Exercise details
Your task is to copy every line of the entries that holds the word "SolidPython".

[Items from a dataset]
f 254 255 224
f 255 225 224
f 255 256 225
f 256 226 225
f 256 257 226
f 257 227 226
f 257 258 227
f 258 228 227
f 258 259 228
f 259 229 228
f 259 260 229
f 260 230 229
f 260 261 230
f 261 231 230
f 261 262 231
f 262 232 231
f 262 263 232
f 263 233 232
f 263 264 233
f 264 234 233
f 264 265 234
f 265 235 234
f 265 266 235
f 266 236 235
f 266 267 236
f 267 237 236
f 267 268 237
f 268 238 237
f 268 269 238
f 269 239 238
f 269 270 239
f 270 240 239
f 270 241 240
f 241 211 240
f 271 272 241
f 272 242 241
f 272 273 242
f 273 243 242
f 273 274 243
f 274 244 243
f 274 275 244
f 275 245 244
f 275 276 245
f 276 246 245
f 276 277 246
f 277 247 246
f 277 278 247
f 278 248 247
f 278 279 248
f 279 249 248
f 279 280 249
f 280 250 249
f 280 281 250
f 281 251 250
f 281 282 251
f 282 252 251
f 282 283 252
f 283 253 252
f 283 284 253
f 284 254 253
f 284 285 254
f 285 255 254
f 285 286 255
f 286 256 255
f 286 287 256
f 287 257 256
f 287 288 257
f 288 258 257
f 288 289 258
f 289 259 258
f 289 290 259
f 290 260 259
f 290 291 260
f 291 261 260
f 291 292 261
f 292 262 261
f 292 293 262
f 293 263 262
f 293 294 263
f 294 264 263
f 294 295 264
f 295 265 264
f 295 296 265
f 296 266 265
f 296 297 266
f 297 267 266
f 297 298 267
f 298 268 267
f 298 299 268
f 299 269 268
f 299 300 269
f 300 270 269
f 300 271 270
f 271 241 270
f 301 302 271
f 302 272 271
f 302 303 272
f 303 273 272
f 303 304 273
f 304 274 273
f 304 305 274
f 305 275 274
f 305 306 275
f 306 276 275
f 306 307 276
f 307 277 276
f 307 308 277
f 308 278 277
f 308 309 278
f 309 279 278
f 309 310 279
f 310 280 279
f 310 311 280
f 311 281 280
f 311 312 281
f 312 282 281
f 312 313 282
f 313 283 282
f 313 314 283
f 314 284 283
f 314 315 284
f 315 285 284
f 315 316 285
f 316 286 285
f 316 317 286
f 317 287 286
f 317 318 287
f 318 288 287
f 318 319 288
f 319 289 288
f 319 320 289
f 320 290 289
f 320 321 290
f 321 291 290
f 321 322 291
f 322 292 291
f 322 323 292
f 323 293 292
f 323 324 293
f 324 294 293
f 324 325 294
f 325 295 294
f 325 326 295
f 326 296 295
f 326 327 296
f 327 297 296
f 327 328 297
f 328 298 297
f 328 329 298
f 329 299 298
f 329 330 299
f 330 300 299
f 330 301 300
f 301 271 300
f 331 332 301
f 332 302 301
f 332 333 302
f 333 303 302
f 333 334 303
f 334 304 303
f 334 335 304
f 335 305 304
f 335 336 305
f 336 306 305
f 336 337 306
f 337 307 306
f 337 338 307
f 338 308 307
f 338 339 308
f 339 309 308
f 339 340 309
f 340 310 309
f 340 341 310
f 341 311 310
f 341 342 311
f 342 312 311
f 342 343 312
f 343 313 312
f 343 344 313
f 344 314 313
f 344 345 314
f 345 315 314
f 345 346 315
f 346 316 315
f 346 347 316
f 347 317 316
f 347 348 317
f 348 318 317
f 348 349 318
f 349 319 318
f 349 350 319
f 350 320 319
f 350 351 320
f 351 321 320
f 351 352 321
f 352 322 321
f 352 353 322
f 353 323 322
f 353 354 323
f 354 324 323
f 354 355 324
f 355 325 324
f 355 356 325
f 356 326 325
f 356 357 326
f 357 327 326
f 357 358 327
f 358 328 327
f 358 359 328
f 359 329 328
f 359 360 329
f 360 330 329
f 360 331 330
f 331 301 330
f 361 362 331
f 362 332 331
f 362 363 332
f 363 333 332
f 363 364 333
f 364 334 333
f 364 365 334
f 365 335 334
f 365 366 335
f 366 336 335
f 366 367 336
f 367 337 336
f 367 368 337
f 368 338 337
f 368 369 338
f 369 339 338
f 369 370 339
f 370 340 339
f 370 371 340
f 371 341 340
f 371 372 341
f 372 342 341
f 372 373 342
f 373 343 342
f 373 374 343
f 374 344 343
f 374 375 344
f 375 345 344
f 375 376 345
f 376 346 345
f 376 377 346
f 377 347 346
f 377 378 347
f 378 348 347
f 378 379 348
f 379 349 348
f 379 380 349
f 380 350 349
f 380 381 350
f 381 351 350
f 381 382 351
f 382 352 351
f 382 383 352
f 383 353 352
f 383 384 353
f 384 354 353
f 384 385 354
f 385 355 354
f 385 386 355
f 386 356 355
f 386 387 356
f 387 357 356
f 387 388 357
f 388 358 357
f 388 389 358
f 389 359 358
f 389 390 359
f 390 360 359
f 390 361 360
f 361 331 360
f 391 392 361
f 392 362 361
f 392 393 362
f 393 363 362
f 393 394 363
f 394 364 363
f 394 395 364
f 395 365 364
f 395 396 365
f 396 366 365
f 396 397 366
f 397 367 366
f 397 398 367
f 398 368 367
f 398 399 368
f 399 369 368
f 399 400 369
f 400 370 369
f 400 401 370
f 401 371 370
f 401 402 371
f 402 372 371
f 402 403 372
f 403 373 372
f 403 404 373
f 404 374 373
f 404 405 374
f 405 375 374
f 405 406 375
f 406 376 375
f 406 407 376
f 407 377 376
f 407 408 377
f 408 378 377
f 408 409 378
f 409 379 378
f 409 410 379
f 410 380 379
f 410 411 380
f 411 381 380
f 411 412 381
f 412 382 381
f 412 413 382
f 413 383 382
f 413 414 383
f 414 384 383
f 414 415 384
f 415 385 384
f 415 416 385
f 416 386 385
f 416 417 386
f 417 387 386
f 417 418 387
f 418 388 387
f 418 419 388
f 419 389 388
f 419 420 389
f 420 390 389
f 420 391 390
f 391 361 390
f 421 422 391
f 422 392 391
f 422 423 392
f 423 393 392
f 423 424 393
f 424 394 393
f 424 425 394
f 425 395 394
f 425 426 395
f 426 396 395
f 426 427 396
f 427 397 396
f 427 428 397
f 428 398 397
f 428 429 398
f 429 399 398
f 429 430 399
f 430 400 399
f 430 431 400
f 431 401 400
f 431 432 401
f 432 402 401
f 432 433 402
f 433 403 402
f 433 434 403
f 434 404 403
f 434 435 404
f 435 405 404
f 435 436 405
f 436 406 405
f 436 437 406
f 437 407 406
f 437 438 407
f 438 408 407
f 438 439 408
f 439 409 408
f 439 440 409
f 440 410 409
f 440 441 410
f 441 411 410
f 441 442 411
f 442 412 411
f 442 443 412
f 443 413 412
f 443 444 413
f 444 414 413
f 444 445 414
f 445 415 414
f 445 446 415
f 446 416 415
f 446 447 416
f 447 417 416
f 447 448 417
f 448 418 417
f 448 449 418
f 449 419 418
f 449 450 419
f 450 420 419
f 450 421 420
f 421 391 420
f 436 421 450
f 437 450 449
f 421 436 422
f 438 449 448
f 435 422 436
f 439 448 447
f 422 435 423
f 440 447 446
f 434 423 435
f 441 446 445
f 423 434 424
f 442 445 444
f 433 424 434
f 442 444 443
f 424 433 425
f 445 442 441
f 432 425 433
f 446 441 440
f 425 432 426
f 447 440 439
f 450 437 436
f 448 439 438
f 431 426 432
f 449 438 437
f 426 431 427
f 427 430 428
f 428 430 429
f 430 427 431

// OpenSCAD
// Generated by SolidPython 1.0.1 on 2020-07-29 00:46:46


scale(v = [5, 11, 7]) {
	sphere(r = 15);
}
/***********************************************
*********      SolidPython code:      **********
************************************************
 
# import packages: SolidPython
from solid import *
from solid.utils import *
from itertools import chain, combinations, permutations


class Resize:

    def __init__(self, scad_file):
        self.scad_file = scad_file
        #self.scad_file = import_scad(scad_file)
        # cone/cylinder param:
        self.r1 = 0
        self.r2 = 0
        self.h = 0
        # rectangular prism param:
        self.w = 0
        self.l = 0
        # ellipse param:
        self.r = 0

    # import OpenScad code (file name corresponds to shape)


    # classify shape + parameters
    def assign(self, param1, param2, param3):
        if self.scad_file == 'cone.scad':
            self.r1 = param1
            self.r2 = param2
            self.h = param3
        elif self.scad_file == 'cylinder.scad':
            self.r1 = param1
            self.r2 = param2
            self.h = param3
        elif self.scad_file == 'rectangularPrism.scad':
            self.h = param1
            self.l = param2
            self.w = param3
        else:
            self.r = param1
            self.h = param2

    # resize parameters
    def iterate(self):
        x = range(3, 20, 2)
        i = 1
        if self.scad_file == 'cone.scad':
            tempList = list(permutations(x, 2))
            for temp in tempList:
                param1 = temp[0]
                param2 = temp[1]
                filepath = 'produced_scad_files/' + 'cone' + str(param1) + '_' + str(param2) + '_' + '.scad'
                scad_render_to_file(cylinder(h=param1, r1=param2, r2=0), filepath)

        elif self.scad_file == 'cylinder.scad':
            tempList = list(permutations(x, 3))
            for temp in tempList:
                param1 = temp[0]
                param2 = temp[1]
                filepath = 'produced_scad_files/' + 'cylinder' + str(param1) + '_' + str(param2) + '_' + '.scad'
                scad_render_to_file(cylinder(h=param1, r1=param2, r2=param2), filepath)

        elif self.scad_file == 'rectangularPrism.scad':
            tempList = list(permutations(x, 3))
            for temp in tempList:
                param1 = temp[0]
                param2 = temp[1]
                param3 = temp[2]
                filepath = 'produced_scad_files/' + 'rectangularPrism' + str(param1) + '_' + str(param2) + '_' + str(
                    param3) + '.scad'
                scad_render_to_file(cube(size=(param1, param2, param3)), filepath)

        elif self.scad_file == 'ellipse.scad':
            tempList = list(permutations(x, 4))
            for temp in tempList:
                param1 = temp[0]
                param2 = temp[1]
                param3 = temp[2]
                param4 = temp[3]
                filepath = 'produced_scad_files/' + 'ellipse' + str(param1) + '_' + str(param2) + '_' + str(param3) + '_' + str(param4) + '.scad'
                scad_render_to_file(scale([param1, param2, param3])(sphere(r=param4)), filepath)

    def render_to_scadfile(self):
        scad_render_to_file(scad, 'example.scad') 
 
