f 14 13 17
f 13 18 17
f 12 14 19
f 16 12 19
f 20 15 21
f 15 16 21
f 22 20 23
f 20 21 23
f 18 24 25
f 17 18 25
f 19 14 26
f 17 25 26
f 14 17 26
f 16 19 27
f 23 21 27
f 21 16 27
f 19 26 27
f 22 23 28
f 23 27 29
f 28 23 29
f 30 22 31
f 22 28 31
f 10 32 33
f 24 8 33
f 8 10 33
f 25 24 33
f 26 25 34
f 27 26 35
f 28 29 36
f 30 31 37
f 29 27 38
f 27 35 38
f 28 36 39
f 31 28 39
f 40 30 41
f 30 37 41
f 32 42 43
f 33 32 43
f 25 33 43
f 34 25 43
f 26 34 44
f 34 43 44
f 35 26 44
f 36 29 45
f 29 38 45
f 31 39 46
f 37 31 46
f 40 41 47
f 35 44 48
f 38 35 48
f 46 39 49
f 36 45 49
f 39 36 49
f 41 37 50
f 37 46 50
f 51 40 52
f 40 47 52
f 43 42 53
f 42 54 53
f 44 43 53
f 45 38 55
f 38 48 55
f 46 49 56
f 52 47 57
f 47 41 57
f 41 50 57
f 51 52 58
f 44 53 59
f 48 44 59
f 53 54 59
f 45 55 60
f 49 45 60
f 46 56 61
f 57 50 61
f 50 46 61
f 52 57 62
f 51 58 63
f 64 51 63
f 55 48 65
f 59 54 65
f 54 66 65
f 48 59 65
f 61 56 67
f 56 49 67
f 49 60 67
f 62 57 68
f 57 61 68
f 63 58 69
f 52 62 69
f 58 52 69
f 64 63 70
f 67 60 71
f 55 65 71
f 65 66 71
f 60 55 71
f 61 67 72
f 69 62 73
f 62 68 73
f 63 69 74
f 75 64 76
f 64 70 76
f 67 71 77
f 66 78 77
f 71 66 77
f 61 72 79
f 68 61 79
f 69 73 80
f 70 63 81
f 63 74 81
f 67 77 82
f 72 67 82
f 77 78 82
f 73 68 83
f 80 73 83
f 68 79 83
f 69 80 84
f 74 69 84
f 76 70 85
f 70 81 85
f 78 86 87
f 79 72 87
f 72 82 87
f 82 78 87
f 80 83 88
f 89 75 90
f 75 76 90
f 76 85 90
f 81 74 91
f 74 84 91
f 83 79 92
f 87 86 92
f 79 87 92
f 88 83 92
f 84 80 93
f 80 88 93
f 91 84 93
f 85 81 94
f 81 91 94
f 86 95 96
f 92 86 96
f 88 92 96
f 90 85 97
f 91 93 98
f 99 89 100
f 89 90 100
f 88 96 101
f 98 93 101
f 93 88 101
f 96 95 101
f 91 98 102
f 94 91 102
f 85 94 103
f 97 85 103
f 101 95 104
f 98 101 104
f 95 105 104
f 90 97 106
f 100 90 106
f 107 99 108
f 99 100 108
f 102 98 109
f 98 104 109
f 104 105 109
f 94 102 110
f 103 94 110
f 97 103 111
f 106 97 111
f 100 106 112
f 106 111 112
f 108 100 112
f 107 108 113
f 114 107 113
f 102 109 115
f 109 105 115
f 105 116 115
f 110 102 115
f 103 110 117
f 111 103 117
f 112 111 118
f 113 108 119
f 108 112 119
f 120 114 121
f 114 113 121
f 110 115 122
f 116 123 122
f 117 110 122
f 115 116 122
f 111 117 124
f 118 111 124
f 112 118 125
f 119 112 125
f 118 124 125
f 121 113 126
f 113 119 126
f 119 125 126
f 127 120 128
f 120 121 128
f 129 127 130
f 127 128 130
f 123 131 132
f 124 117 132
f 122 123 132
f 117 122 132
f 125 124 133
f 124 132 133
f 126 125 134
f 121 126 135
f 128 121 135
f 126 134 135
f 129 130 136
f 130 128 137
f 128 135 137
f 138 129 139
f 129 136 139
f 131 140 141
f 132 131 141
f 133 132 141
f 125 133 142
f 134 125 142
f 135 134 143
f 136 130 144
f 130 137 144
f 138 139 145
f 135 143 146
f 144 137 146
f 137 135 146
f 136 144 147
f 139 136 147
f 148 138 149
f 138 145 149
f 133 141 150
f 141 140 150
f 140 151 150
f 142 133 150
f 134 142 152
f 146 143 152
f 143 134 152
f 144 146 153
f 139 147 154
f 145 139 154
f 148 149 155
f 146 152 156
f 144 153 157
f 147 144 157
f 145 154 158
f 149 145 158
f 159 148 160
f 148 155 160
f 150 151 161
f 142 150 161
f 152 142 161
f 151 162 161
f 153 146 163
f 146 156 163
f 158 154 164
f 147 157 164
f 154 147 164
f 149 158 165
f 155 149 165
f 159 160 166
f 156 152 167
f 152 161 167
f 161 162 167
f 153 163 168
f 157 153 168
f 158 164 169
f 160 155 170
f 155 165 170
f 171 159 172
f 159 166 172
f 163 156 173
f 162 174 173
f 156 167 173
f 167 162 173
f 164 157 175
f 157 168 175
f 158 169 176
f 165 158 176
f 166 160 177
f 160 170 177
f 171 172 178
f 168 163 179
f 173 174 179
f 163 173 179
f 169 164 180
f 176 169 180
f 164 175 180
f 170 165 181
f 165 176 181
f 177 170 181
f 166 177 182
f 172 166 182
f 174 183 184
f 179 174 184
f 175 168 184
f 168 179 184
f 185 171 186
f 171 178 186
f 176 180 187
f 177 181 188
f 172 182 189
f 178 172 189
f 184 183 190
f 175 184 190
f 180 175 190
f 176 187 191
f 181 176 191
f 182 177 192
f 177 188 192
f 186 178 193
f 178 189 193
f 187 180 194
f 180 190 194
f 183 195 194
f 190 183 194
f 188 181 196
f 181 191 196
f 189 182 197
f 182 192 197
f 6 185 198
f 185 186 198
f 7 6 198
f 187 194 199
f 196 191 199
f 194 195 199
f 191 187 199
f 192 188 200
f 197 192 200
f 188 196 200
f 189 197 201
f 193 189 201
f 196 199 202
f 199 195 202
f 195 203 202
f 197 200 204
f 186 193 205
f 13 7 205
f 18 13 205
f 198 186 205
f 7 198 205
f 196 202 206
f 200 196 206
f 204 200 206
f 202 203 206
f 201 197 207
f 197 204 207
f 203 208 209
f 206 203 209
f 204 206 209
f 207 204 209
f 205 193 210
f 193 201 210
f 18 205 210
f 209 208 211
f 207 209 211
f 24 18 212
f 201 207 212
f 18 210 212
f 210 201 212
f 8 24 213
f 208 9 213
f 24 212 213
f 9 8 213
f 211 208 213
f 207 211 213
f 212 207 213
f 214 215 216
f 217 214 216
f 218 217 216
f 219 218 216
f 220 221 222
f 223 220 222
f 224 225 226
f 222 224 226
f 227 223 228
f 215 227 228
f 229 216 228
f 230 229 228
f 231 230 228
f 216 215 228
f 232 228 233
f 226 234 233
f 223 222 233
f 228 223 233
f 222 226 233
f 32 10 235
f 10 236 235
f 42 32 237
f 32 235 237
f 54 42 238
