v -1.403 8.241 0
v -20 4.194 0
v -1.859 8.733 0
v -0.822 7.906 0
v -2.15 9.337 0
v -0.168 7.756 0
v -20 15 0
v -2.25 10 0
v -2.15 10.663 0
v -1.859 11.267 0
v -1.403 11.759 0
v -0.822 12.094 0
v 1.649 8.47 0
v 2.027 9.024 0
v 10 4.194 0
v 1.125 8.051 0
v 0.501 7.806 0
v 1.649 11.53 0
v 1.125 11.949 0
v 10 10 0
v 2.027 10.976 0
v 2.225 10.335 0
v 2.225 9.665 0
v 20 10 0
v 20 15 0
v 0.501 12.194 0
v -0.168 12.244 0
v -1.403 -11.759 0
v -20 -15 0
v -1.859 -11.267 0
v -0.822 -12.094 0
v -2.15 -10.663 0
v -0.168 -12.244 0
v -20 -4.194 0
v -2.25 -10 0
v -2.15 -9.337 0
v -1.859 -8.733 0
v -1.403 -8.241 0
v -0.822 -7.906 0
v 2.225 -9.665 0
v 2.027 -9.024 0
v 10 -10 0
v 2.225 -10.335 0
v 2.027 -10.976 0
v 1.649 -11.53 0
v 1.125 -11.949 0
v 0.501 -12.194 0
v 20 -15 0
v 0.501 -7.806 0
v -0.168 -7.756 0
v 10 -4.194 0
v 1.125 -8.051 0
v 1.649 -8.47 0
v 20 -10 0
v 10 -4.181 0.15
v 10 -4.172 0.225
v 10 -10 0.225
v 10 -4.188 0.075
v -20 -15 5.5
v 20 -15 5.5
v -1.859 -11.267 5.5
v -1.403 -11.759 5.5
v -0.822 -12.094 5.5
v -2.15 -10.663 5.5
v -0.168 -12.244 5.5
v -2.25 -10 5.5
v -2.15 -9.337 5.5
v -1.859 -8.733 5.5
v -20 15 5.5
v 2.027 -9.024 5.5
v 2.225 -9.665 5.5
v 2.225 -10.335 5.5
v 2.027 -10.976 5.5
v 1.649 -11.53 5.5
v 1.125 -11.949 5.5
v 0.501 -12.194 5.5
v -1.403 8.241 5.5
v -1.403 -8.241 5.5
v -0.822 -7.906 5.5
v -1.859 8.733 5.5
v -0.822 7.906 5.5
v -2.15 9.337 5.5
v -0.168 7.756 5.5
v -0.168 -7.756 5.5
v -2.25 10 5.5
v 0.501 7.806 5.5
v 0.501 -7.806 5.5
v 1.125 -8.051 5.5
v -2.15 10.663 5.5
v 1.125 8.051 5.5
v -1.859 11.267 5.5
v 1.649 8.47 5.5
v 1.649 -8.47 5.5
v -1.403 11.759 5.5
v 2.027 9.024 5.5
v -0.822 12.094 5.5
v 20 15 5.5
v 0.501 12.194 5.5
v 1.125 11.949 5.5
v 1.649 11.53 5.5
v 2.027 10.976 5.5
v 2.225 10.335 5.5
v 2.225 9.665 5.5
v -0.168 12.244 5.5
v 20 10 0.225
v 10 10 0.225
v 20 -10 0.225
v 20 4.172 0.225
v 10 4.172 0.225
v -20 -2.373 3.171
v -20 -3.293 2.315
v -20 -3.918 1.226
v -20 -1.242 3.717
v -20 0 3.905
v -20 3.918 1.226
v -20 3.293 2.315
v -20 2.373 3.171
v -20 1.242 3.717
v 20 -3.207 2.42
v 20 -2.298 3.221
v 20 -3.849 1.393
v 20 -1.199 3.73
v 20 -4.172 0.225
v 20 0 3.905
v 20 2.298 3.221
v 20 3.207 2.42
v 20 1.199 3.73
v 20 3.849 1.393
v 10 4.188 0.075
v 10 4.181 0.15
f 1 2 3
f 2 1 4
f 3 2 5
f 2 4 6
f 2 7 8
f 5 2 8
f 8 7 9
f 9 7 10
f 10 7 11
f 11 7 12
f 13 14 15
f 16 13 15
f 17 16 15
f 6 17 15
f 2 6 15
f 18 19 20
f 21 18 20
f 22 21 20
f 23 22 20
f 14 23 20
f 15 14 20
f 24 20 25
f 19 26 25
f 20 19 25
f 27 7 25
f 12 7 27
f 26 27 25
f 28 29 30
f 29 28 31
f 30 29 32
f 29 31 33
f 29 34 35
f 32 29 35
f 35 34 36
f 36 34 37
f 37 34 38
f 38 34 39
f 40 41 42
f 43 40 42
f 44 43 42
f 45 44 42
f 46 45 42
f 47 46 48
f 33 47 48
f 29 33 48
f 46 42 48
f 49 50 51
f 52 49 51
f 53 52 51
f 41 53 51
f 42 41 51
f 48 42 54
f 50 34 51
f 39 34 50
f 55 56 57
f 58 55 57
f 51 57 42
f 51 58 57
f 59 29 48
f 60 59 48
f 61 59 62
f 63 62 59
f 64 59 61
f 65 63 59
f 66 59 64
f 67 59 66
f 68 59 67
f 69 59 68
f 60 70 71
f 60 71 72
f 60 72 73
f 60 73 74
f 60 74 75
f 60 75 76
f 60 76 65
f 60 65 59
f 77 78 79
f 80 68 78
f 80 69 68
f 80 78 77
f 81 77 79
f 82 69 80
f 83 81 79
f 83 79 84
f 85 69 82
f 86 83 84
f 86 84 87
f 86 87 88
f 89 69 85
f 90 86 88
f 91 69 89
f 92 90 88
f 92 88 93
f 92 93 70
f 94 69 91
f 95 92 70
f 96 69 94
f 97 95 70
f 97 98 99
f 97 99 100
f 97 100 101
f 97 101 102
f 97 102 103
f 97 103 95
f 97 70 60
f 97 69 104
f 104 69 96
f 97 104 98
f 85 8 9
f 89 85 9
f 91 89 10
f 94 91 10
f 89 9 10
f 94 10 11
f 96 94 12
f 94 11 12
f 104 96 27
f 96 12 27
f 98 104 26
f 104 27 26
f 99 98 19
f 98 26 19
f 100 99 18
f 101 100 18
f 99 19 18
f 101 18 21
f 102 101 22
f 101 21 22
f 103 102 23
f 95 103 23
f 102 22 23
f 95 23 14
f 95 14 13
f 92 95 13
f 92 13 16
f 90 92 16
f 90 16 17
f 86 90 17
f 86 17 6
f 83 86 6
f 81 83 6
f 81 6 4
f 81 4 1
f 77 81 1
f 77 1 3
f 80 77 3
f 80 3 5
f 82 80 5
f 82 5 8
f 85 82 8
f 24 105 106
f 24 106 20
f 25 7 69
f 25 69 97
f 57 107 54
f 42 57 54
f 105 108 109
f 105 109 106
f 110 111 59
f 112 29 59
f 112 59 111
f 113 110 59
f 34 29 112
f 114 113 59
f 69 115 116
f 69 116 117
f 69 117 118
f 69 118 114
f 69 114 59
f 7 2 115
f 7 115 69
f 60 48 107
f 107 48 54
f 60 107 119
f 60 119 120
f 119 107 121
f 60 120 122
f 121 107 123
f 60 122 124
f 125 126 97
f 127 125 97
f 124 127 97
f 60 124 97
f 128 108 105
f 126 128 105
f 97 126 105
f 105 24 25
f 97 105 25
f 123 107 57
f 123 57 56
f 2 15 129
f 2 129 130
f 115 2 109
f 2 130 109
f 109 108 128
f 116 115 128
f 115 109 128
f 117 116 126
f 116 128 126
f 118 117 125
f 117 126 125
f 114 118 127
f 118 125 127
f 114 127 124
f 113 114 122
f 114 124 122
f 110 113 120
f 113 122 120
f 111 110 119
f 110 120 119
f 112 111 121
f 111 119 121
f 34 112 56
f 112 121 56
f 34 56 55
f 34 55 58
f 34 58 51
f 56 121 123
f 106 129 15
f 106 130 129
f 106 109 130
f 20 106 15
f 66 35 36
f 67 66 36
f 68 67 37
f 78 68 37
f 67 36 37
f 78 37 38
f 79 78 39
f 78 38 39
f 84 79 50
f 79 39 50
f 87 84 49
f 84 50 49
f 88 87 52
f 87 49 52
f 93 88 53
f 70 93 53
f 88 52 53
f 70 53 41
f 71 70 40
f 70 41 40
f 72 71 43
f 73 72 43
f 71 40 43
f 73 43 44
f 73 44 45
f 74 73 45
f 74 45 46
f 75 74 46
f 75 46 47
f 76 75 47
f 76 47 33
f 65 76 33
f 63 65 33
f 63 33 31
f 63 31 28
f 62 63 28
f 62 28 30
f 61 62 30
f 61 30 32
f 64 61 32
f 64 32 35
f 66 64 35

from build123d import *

# Parameters (mm, degrees)
SKETCH1_W            = 40
SKETCH1_H            = 30
BOSS_EXTRUDE1_DEPTH  = 5.5
SKETCH2_R            = 4.205
CUT_EXTRUDE1_DEPTH   = 44.072613109
M4_CLEARANCE_HOLE1_D = 4.5
SKETCH7_W            = 1.05
SKETCH7_H            = 20
CUT_EXTRUDE2_DEPTH   = 10


with BuildPart() as part:
    # Sketch1 → Boss-Extrude1 (new body)
    with BuildSketch(Plane.XY):
        Rectangle(SKETCH1_W, SKETCH1_H)
    extrude(amount=BOSS_EXTRUDE1_DEPTH)

    # Sketch2 → Cut-Extrude1 (cut, through all)
    with BuildSketch(Plane(origin=(20, 0, 0), x_dir=(0, 0, -1), z_dir=(1, 0, 0))):
        with Locations((0.3, 0)):
            Circle(SKETCH2_R)
    extrude(amount=-CUT_EXTRUDE1_DEPTH, mode=Mode.SUBTRACT)

    # M4 Clearance Hole1 (through all)
    with Locations(Plane.XY.offset(5.5)):
        with Locations((0, 10), (0, -10)):
            Hole(M4_CLEARANCE_HOLE1_D / 2)

    # Sketch7 → Cut-Extrude2 (cut)
    with BuildSketch(Plane(origin=(20, 0, 0), x_dir=(0, 0, -1), z_dir=(1, 0, 0))):
        with Locations((0.3, 0)):
            Rectangle(SKETCH7_W, SKETCH7_H)
    extrude(amount=-CUT_EXTRUDE2_DEPTH, mode=Mode.SUBTRACT)


solid = part.part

Answer for this exercise
// Generated by SolidPython 1.0.1 on 2020-07-29 00:46:46
*********      SolidPython code:      **********
# import packages: SolidPython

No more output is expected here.